==== GIVEN INFORMATION

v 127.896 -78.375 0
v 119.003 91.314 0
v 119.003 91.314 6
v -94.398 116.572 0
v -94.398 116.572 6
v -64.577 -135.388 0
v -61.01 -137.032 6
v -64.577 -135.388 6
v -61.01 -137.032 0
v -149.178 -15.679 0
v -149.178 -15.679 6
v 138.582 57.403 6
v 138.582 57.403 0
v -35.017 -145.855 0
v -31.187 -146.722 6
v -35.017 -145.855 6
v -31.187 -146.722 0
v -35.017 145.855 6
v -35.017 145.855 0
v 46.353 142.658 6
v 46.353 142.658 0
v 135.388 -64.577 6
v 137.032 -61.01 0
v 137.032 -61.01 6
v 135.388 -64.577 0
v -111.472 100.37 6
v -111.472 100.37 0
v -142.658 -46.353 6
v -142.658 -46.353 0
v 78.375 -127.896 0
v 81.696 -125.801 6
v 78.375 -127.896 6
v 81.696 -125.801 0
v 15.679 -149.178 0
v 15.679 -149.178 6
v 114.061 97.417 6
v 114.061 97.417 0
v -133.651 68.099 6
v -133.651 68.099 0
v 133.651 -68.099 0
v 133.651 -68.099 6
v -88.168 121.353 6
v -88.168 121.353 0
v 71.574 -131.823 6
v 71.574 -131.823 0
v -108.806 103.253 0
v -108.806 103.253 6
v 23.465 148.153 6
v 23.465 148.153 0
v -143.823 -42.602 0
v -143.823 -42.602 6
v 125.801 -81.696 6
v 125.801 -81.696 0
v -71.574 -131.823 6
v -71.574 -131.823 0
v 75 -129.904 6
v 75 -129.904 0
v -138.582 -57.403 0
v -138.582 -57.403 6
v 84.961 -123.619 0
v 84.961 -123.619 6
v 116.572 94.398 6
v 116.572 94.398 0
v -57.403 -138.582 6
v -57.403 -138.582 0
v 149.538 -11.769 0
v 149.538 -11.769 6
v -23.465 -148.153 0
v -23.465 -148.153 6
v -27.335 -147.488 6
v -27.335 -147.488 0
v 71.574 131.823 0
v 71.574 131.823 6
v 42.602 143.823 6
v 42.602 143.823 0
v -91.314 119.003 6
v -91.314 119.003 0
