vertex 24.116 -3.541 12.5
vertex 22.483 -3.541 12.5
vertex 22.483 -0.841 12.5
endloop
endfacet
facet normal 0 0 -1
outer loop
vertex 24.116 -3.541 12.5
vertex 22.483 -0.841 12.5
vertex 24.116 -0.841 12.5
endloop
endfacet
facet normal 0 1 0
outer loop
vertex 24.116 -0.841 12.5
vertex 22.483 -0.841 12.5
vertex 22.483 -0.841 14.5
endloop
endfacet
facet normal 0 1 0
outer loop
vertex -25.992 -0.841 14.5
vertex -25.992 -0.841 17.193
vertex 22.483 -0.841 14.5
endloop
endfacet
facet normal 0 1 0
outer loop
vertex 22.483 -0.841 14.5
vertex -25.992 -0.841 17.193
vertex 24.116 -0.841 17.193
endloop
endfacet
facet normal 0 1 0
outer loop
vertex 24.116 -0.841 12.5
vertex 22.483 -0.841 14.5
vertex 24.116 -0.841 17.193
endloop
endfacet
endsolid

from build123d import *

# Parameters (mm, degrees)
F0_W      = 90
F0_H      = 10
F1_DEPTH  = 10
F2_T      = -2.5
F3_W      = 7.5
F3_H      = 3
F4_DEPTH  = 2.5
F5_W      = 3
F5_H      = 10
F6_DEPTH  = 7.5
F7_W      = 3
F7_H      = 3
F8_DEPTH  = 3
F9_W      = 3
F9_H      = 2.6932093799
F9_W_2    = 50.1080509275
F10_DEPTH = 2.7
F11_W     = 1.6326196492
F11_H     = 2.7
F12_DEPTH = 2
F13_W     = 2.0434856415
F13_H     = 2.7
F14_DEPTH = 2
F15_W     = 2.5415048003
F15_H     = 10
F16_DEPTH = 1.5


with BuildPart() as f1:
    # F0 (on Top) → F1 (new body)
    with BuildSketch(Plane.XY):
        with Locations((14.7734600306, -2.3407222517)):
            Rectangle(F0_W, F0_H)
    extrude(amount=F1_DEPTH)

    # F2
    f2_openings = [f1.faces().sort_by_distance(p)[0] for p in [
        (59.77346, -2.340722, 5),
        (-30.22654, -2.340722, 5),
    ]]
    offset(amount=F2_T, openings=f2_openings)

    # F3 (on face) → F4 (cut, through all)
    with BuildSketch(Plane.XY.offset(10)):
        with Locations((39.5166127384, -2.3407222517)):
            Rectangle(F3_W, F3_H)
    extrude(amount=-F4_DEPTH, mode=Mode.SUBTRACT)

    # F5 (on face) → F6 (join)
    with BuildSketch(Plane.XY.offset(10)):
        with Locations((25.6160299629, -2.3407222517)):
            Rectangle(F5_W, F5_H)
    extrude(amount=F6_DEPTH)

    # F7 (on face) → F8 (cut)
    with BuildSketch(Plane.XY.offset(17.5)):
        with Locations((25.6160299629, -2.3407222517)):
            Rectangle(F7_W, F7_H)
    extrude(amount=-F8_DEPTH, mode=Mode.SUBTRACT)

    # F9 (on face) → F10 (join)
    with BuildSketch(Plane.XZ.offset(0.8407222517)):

========

Without changing anything, quote the lines from the top of the data to the line that contains "v -138.582 -57.403 6", including that line.

v 127.896 -78.375 0
v 119.003 91.314 0
v 119.003 91.314 6
v -94.398 116.572 0
v -94.398 116.572 6
v -64.577 -135.388 0
v -61.01 -137.032 6
v -64.577 -135.388 6
v -61.01 -137.032 0
v -149.178 -15.679 0
v -149.178 -15.679 6
v 138.582 57.403 6
v 138.582 57.403 0
v -35.017 -145.855 0
v -31.187 -146.722 6
v -35.017 -145.855 6
v -31.187 -146.722 0
v -35.017 145.855 6
v -35.017 145.855 0
v 46.353 142.658 6
v 46.353 142.658 0
v 135.388 -64.577 6
v 137.032 -61.01 0
v 137.032 -61.01 6
v 135.388 -64.577 0
v -111.472 100.37 6
v -111.472 100.37 0
v -142.658 -46.353 6
v -142.658 -46.353 0
v 78.375 -127.896 0
v 81.696 -125.801 6
v 78.375 -127.896 6
v 81.696 -125.801 0
v 15.679 -149.178 0
v 15.679 -149.178 6
v 114.061 97.417 6
v 114.061 97.417 0
v -133.651 68.099 6
v -133.651 68.099 0
v 133.651 -68.099 0
v 133.651 -68.099 6
v -88.168 121.353 6
v -88.168 121.353 0
v 71.574 -131.823 6
v 71.574 -131.823 0
v -108.806 103.253 0
v -108.806 103.253 6
v 23.465 148.153 6
v 23.465 148.153 0
v -143.823 -42.602 0
v -143.823 -42.602 6
v 125.801 -81.696 6
v 125.801 -81.696 0
v -71.574 -131.823 6
v -71.574 -131.823 0
v 75 -129.904 6
v 75 -129.904 0
v -138.582 -57.403 0
v -138.582 -57.403 6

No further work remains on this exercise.